JP Morgan Asset Management has launched a pound sterling-hedged share class for its European domiciled US Treasury bond ETF.
The JPM BetaBuilders US Treasury Bond UCITS ETF – GBP Hedged (BBTP LN) has listed on London Stock Exchange and comes with a total expense ratio (TER) of 0.10%, the same price tag as its unhedged counterpart.
The fund is part of the asset manager’s ‘BetaBuilders’ product suite, which it markets as low-cost, passively managed ETFs ideally suited as portfolio building blocks.
The fund is linked to the proprietary JP Morgan Government Bond Index United States, providing exposure to US Treasuries, while also hedging GBP/USD currency risk at the share class level.
The index is market-cap-weighted and composed of dollar-denominated domestic government debt securities issued by the United States. Only fixed coupon bonds that are regularly priced and regularly traded are eligible for inclusion in the index, providing a liquid benchmark that can be replicated without incurring excessive transaction costs.
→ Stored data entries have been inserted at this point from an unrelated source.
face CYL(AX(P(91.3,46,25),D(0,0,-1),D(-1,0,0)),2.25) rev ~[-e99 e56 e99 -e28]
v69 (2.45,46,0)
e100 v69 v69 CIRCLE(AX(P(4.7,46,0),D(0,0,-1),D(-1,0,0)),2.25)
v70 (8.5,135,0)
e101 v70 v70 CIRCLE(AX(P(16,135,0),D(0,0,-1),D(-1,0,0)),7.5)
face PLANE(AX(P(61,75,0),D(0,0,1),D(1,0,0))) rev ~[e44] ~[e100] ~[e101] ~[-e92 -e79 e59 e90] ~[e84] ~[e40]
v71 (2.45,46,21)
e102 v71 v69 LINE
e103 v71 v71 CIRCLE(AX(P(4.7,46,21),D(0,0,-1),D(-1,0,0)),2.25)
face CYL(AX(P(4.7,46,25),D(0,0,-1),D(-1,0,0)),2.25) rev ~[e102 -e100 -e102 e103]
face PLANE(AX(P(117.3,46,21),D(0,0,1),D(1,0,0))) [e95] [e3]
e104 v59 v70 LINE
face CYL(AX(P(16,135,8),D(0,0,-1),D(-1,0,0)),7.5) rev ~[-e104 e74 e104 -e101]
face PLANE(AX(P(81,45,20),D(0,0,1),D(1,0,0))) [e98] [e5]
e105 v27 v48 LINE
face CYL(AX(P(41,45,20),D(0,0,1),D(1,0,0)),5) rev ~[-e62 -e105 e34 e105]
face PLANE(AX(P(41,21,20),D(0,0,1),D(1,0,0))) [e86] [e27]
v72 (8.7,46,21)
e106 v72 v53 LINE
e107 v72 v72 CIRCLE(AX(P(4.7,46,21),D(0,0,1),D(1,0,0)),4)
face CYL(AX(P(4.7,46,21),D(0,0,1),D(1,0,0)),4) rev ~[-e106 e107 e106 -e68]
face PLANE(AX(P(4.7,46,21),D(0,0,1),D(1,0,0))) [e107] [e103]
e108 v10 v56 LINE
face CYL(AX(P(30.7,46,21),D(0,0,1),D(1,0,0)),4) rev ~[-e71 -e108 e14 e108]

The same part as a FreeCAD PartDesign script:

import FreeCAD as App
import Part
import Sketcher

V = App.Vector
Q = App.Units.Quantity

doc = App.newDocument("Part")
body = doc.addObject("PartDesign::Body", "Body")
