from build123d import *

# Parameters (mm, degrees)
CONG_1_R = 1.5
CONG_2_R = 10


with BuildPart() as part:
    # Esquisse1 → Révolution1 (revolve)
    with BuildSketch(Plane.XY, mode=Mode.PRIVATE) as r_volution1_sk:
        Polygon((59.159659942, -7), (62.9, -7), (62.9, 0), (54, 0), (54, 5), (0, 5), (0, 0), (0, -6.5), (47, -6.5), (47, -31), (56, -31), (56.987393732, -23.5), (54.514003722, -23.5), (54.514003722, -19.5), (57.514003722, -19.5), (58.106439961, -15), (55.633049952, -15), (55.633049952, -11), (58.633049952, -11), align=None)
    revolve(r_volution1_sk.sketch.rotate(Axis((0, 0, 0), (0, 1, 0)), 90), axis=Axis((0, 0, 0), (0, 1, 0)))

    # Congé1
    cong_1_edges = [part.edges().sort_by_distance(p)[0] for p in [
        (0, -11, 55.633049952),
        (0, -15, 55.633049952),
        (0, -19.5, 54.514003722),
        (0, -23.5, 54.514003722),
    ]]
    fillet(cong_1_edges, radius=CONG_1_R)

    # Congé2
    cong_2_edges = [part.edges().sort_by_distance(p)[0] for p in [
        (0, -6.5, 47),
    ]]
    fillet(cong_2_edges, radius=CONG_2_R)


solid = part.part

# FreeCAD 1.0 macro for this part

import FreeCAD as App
import Part
import Sketcher
from FreeCAD import Vector
Q = App.Units.Quantity


def edges_at(feature, points):
    """Names of the edges that pass closest to the given points."""
    edges = feature.Shape.Edges
    near = lambda p: min(range(len(edges)), key=lambda i: edges[i].distToShape(Part.Vertex(*p))[0])
    return sorted({f"Edge{near(p) + 1}" for p in points})


def add_polygon(sketch, points):
    """Adds a closed chain of lines whose ends are joined by coincident constraints."""
    first, n = sketch.GeometryCount, len(points)
    for a, b in zip(points, points[1:] + points[:1]):
        sketch.addGeometry(Part.LineSegment(App.Vector(*a, 0), App.Vector(*b, 0)), False)
    for i in range(n):
        sketch.addConstraint(Sketcher.Constraint("Coincident", first + i, 2, first + (i + 1) % n, 1))

doc = App.newDocument("Part")
body = doc.addObject("PartDesign::Body", "Body")

# Sketch on XY plane
sketch1 = body.newObject("Sketcher::SketchObject", "Sketch")
sketch1.AttachmentSupport = (doc.getObject("XY_Plane"), [""])
sketch1.MapMode = "FlatFace"
add_polygon(sketch1, [(59.2, -7), (62.9, -7), (62.9, 0), (54, 0), (54, 5), (0, 5), (0, -6.5), (47, -6.5), (47, -31), (56, -31), (57, -23.5), (54.5, -23.5), (54.5, -19.5), (57.5, -19.5), (58.1, -15), (55.6, -15), (55.6, -11), (58.6, -11)])  # lines 0-17
sketch1.addConstraint([
    Sketcher.Constraint("Horizontal", 0),
    Sketcher.Constraint("Vertical", 1),
    Sketcher.Constraint("Horizontal", 2),
    Sketcher.Constraint("Vertical", 3),
    Sketcher.Constraint("Horizontal", 4),
    Sketcher.Constraint("Vertical", 5),
    Sketcher.Constraint("Horizontal", 6),
    Sketcher.Constraint("Vertical", 7),
    Sketcher.Constraint("Horizontal", 8),
    Sketcher.Constraint("Horizontal", 10),
    Sketcher.Constraint("Vertical", 11),
    Sketcher.Constraint("Horizontal", 12),
    Sketcher.Constraint("Horizontal", 14),
    Sketcher.Constraint("Vertical", 15),
    Sketcher.Constraint("Horizontal", 16),
    Sketcher.Constraint("PointOnObject", 1, 2, -1),
    Sketcher.Constraint("PointOnObject", 4, 2, -2),
    Sketcher.Constraint("Parallel", 9, 13),
    Sketcher.Constraint("Parallel", 13, 17),
    Sketcher.Constraint("Equal", 10, 14),
    Sketcher.Constraint("Equal", 12, 16),
    Sketcher.Constraint("Equal", 11, 15),
    Sketcher.Constraint("DistanceX", 4, 2, 4, 1, Q("54 mm")),
    Sketcher.Constraint("DistanceX", 6, 1, 6, 2, Q("47 mm")),
    Sketcher.Constraint("DistanceX", 8, 1, 8, 2, Q("9 mm")),
    Sketcher.Constraint("DistanceX", 12, 1, 12, 2, Q("3 mm")),
    Sketcher.Constraint("DistanceY", 1, 1, 1, 2, Q("7 mm")),
    Sketcher.Constraint("DistanceY", 3, 1, 3, 2, Q("5 mm")),
    Sketcher.Constraint("DistanceY", 11, 1, 11, 2, Q("4 mm")),
    Sketcher.Constraint("DistanceX", 2, 2, 2, 1, Q("8.9 mm")),
    Sketcher.Constraint("DistanceY", 5, 2, 5, 1, Q("11.5 mm")),
    Sketcher.Constraint("DistanceY", 7, 2, 7, 1, Q("24.5 mm")),
    Sketcher.Constraint("DistanceY", 13, 2, -1, 1, Q("15 mm")),
    Sketcher.Constraint("Angle", 9, Q("82.5 deg")),
    Sketcher.Constraint("DistanceY", 9, 2, 6, 2, Q("17 mm")),
    Sketcher.Constraint("DistanceX", 0, 1, 0, 2, Q("3.74034 mm")),
])
revolution = body.newObject("PartDesign::Revolution", "Revolution")
revolution.Profile = sketch1
revolution.ReferenceAxis = (sketch1, ["V_Axis"])
revolution.Angle = 360
doc.recompute()

fillet = body.newObject("PartDesign::Fillet", "Fillet")
fillet.Base = (revolution, edges_at(revolution, [
    (0, -11, 55.633),
    (0, -15, 55.633),
    (0, -19.5, 54.514),
    (0, -23.5, 54.514),
]))
fillet.Radius = 1.5
doc.recompute()

fillet2 = body.newObject("PartDesign::Fillet", "Fillet001")
fillet2.Base = (fillet, edges_at(fillet, [(0, -6.5, 47)]))
fillet2.Radius = 10

doc.recompute()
The portfolio management team deploy an optimisation-based investment approach to minimise tracking error versus the index, while also taking into account considerations such as liquidity and transaction costs.
John Adu, Co-Head of ETF Distribution at JP Morgan Asset Management, said, “We’re continuing to listen to and respond to clients’ needs for a range of cost-efficient solutions that are geared towards this late cycle environment. This includes currency-hedged ETFs which can help asset allocators create more balanced portfolios, as they seek to navigate an evolving macro backdrop.”
Mike Bell, Global Market Strategist at JP Morgan Asset Management, added, “While the timing of the next downturn remains uncertain, many investors are starting to add in some portfolio hedges to help balance the riskier assets in their portfolio, as we move later into the economic cycle. By including some Treasuries, investors are seeking to create a more balanced portfolio and help reduce overall portfolio losses when the next economic downturn eventually arrives.
“For UK investors thinking about incorporating US government bond exposure, they may want to consider hedging the currency risk, given the uncertainty around the outlook for sterling against the dollar.”
JP Morgan offers four other BetaBuilders fixed income ETFs in Europe.
The JPM BetaBuilders US Treasury Bond 1-3 yr UCITS ETF (JU13 LN), JPM BetaBuilders UK Gilts 1-5yr UCITS ETF (JG15 LN), and JPM BetaBuilders EUR Govt Bond 1-3 yrs UCITS ETF (JE13 LN) target the short-duration end of the yield curve within the US Treasury, UK gilt, and eurozone government bond markets, respectively, while the JPM BetaBuilders EUR Govt Bond UCITS ETF (BBEG LN) provides exposure to eurozone government bonds from across the yield curve.
All ETFs are offered with TERs of 0.10%.